:: WORK INSTRUCTIONS ::
Copy the lines exactly as they appear, starting with the first line of the records and ending with the line that contains "v 20.2 5.451 -3.924".

Stored data:
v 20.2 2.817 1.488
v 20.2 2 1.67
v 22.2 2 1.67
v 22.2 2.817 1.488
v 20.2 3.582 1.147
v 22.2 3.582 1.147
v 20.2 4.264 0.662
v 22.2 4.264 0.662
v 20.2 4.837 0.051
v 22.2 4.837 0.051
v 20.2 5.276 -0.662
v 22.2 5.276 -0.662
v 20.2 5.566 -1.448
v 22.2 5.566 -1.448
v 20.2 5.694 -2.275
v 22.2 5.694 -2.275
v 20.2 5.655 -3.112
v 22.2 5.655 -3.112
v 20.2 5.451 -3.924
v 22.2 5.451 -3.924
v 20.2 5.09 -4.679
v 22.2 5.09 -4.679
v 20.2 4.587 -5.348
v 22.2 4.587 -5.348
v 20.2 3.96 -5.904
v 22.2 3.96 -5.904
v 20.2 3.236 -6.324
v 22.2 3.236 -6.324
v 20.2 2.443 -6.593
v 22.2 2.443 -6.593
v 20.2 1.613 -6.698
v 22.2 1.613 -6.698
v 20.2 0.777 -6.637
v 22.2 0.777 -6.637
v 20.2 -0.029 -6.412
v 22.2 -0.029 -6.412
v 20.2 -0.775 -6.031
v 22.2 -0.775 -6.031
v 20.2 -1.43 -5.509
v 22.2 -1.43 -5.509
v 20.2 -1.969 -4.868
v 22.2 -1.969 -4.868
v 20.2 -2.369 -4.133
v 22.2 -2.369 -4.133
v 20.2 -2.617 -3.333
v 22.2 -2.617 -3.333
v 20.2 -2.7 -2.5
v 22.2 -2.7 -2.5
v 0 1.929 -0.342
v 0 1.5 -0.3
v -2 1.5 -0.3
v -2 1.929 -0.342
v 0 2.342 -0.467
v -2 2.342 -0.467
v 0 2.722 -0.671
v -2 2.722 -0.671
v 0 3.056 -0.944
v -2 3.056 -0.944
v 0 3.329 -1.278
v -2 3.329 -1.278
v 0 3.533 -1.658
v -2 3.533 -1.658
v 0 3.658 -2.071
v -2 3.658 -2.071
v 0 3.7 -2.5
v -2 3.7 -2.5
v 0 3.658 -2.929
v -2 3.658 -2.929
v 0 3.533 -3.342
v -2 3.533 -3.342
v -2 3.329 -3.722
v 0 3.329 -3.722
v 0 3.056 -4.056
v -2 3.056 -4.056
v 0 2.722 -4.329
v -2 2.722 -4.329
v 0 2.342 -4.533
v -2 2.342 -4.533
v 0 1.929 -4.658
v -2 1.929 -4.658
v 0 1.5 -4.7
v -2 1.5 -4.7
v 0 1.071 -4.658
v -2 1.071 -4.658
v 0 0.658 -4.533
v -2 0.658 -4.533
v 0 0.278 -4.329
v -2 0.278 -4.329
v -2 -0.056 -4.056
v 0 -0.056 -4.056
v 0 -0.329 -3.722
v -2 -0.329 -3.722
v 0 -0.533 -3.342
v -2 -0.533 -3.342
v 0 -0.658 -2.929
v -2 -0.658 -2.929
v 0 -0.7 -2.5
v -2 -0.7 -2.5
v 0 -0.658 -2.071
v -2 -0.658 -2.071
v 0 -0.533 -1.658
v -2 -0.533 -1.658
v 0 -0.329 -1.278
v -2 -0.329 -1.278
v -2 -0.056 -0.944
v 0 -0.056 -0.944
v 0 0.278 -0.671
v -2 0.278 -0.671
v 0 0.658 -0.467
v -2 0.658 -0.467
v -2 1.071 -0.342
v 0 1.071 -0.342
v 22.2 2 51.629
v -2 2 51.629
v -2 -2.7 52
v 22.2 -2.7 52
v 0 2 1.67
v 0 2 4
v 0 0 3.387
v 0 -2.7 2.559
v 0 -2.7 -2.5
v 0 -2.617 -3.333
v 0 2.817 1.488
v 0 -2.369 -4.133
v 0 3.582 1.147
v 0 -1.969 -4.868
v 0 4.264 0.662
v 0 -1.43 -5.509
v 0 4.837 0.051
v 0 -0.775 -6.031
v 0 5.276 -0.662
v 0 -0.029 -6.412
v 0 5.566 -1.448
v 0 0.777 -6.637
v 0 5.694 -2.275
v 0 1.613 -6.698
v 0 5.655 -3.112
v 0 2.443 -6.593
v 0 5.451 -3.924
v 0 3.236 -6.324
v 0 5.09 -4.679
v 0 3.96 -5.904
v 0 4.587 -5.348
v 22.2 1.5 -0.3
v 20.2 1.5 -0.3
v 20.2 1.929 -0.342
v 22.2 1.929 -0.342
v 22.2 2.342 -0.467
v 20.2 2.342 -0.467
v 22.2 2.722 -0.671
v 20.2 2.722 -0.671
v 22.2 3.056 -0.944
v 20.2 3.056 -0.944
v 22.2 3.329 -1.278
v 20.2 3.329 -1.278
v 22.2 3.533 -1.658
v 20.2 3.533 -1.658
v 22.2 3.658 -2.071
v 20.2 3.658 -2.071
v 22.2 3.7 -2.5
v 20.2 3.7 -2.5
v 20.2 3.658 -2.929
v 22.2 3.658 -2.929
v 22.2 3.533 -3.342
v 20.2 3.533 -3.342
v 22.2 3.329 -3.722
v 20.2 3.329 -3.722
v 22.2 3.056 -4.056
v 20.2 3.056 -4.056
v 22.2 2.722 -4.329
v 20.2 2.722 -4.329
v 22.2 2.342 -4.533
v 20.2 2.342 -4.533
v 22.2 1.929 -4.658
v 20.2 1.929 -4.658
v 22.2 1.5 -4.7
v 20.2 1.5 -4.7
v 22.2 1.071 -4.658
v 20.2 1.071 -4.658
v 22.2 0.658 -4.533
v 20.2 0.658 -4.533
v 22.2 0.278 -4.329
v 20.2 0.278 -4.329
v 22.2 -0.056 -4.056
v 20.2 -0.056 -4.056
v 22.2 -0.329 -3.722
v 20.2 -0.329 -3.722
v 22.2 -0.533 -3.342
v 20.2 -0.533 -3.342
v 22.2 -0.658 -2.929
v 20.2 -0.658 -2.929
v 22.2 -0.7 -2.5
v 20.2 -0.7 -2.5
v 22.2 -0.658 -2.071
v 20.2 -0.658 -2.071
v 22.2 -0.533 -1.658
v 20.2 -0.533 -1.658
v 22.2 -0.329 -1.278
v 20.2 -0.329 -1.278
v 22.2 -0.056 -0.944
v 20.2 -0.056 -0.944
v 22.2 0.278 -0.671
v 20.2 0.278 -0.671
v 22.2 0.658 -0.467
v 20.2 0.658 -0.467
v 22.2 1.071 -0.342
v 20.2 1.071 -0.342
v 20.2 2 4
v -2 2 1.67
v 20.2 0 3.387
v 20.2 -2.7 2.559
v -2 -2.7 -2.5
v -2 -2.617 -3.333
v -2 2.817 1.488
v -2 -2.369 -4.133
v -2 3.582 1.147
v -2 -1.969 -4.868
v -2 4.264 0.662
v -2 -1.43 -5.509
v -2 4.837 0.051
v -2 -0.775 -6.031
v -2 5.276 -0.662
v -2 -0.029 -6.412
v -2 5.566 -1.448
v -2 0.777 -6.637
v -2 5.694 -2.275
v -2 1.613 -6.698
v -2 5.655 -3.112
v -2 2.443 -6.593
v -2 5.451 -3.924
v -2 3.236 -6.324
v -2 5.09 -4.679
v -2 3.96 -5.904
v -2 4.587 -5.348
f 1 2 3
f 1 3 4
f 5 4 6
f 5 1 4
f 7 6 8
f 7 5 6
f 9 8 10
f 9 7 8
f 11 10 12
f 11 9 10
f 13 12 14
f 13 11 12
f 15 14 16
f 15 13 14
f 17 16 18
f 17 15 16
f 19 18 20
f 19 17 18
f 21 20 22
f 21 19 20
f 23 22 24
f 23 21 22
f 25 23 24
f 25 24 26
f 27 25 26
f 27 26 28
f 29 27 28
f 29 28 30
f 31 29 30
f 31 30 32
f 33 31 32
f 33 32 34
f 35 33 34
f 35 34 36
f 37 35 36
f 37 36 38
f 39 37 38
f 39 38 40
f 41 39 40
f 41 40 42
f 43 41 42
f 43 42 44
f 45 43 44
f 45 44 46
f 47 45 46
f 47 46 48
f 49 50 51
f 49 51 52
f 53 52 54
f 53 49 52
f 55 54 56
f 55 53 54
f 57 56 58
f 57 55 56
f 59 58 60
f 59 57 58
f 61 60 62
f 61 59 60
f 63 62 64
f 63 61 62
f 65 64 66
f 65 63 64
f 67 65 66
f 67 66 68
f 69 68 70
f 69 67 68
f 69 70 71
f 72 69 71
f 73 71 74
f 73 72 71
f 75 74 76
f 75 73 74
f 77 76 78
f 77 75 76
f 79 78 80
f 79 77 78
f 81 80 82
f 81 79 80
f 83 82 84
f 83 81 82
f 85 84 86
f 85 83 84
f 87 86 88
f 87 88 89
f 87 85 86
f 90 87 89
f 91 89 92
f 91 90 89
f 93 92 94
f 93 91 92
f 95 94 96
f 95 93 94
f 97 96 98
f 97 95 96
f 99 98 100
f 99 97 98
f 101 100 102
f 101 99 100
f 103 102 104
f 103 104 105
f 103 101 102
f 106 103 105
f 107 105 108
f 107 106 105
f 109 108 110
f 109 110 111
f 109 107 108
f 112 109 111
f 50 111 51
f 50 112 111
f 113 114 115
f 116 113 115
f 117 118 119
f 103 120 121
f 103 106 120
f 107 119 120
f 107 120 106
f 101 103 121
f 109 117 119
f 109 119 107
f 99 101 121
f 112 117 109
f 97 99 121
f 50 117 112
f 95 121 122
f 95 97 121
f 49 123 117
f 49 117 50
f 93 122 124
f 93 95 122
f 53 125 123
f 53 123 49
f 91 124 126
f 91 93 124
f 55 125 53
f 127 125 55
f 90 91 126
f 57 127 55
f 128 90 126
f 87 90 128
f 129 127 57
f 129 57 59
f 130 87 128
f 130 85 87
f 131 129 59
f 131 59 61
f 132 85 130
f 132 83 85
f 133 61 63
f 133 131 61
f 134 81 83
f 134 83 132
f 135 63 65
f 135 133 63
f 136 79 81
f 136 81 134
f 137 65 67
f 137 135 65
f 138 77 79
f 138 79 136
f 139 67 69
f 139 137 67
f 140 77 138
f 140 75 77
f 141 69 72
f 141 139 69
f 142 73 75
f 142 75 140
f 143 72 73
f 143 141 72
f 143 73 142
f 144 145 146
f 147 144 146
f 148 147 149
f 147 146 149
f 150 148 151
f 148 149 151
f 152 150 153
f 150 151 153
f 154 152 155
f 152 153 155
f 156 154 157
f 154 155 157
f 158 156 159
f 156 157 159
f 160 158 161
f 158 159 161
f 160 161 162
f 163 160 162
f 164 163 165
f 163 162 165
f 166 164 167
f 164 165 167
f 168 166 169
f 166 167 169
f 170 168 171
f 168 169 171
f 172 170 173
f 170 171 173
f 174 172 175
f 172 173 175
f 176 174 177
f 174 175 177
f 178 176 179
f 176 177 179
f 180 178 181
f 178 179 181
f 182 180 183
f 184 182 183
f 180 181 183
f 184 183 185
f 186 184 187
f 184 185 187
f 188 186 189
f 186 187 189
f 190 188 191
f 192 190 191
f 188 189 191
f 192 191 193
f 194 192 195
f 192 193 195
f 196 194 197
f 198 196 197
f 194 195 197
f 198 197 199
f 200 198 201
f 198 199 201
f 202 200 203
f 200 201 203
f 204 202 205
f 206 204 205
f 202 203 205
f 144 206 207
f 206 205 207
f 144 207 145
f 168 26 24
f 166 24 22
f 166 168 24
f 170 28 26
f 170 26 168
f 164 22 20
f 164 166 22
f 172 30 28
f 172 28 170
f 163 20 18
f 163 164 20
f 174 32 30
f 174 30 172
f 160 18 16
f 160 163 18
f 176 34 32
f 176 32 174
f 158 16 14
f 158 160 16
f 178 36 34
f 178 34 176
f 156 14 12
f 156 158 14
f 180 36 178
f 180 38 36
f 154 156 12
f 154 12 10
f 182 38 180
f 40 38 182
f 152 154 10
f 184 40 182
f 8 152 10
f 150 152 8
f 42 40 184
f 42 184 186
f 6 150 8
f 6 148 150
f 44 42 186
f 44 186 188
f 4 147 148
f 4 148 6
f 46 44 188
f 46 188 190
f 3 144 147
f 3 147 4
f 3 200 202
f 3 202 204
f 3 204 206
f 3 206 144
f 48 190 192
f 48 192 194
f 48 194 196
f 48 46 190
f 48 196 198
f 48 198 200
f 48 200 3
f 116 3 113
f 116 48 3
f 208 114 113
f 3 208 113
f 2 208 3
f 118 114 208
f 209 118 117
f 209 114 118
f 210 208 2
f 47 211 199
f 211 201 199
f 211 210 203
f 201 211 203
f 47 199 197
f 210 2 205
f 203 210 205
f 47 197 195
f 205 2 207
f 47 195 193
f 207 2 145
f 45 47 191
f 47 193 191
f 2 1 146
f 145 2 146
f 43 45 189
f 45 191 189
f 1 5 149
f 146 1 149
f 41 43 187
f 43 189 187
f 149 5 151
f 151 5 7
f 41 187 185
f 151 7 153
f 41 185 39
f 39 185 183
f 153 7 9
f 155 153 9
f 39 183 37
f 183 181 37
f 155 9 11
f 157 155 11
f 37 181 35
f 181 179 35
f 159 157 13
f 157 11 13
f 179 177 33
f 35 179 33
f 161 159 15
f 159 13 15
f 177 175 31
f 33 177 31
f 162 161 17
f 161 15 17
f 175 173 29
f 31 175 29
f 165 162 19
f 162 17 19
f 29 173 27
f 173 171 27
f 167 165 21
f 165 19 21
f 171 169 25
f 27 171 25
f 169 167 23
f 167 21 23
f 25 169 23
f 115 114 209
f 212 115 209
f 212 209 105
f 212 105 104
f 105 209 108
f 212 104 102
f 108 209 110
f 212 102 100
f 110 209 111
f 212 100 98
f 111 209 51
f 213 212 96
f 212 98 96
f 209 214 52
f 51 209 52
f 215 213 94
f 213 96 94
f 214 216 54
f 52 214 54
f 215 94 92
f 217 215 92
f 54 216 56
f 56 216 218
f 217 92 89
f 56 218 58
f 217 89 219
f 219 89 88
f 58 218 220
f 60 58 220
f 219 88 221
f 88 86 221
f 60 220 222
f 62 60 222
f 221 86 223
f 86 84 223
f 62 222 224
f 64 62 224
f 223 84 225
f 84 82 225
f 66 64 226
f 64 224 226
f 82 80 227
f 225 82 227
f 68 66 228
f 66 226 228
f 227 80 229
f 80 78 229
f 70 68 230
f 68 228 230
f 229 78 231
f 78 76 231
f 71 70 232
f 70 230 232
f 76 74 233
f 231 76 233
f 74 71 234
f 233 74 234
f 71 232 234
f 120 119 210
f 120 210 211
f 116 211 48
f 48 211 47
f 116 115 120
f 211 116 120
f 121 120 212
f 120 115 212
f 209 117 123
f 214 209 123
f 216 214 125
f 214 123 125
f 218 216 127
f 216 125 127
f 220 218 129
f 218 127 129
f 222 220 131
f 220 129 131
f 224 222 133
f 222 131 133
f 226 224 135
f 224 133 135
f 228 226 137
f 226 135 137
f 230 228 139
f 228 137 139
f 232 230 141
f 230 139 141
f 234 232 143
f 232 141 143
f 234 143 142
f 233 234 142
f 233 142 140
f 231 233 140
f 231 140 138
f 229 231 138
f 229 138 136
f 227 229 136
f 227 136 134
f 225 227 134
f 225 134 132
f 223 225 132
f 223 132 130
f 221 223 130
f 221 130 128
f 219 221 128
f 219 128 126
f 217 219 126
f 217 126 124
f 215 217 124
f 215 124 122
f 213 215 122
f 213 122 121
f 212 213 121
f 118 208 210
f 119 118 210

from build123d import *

# Parameters (mm, degrees)
SKETCH_1_W          = 20.2
SKETCH_1_H          = 30
EXTRUDE_1_DEPTH     = 2
SKETCH_2_R          = 4.2
SKETCH_2_R_2        = 2.2
EXTRUDE_2_DEPTH     = 2
EXTRUDE_3_DEPTH     = 2
CUT_EXTRUDE_1_REACH = 39.616
SKETCH_4_W          = 20.2
SKETCH_4_H          = 4
EXTRUDE_4_DEPTH     = 24.2
EXTRUDE_5_DEPTH     = 20.2
EXTRUDE_6_REACH     = 64.436
CUT_EXTRUDE_2_DEPTH = 20.2
CUT_EXTRUDE_3_REACH = 64.436


with BuildPart() as part:
    # 草图1 → 凸台-拉伸1 (new body)
    with BuildSketch(Plane(origin=(0, 0, 0), x_dir=(1, 0, 0), z_dir=(0, 1, 0))):
        with Locations((10.1, -15)):
            Rectangle(SKETCH_1_W, SKETCH_1_H)
    extrude(amount=EXTRUDE_1_DEPTH)

    # 草图2 → 凸台-拉伸2 (add)
    with BuildSketch(Plane.ZY):
        with Locations(Location((-2.5, 1.5, 0), (0, 0, 339.075167572))):
            Circle(SKETCH_2_R)
        with Locations((-2.5, 1.5)):
            Circle(SKETCH_2_R_2, mode=Mode.SUBTRACT)
    extrude_2 = extrude(amount=EXTRUDE_2_DEPTH)

    # 草图3 → 凸台-拉伸3 (add)
    with BuildSketch(Plane.ZY):
        with BuildLine():
            Line((1.423009049, 0), (30, 0))
            Line((30, 0), (30, 2))
            Line((30, 2), (1.670131892, 2))
            ThreePointArc((1.670131892, 2), (1.668300922, 0.984958812), (1.423009049, 0))
        make_face()
    extrude_3 = extrude(amount=EXTRUDE_3_DEPTH)

    # 镜向1: 凸台-拉伸2, 凸台-拉伸3 across plane
    add(extrude_2.mirror(Plane(origin=(10.1, 0, 0), x_dir=(0, 0, 1), z_dir=(1, 0, 0))))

:: RESPONSE TO THE TASK ::
v 20.2 2.817 1.488
v 20.2 2 1.67
v 22.2 2 1.67
v 22.2 2.817 1.488
v 20.2 3.582 1.147
v 22.2 3.582 1.147
v 20.2 4.264 0.662
v 22.2 4.264 0.662
v 20.2 4.837 0.051
v 22.2 4.837 0.051
v 20.2 5.276 -0.662
v 22.2 5.276 -0.662
v 20.2 5.566 -1.448
v 22.2 5.566 -1.448
v 20.2 5.694 -2.275
v 22.2 5.694 -2.275
v 20.2 5.655 -3.112
v 22.2 5.655 -3.112
v 20.2 5.451 -3.924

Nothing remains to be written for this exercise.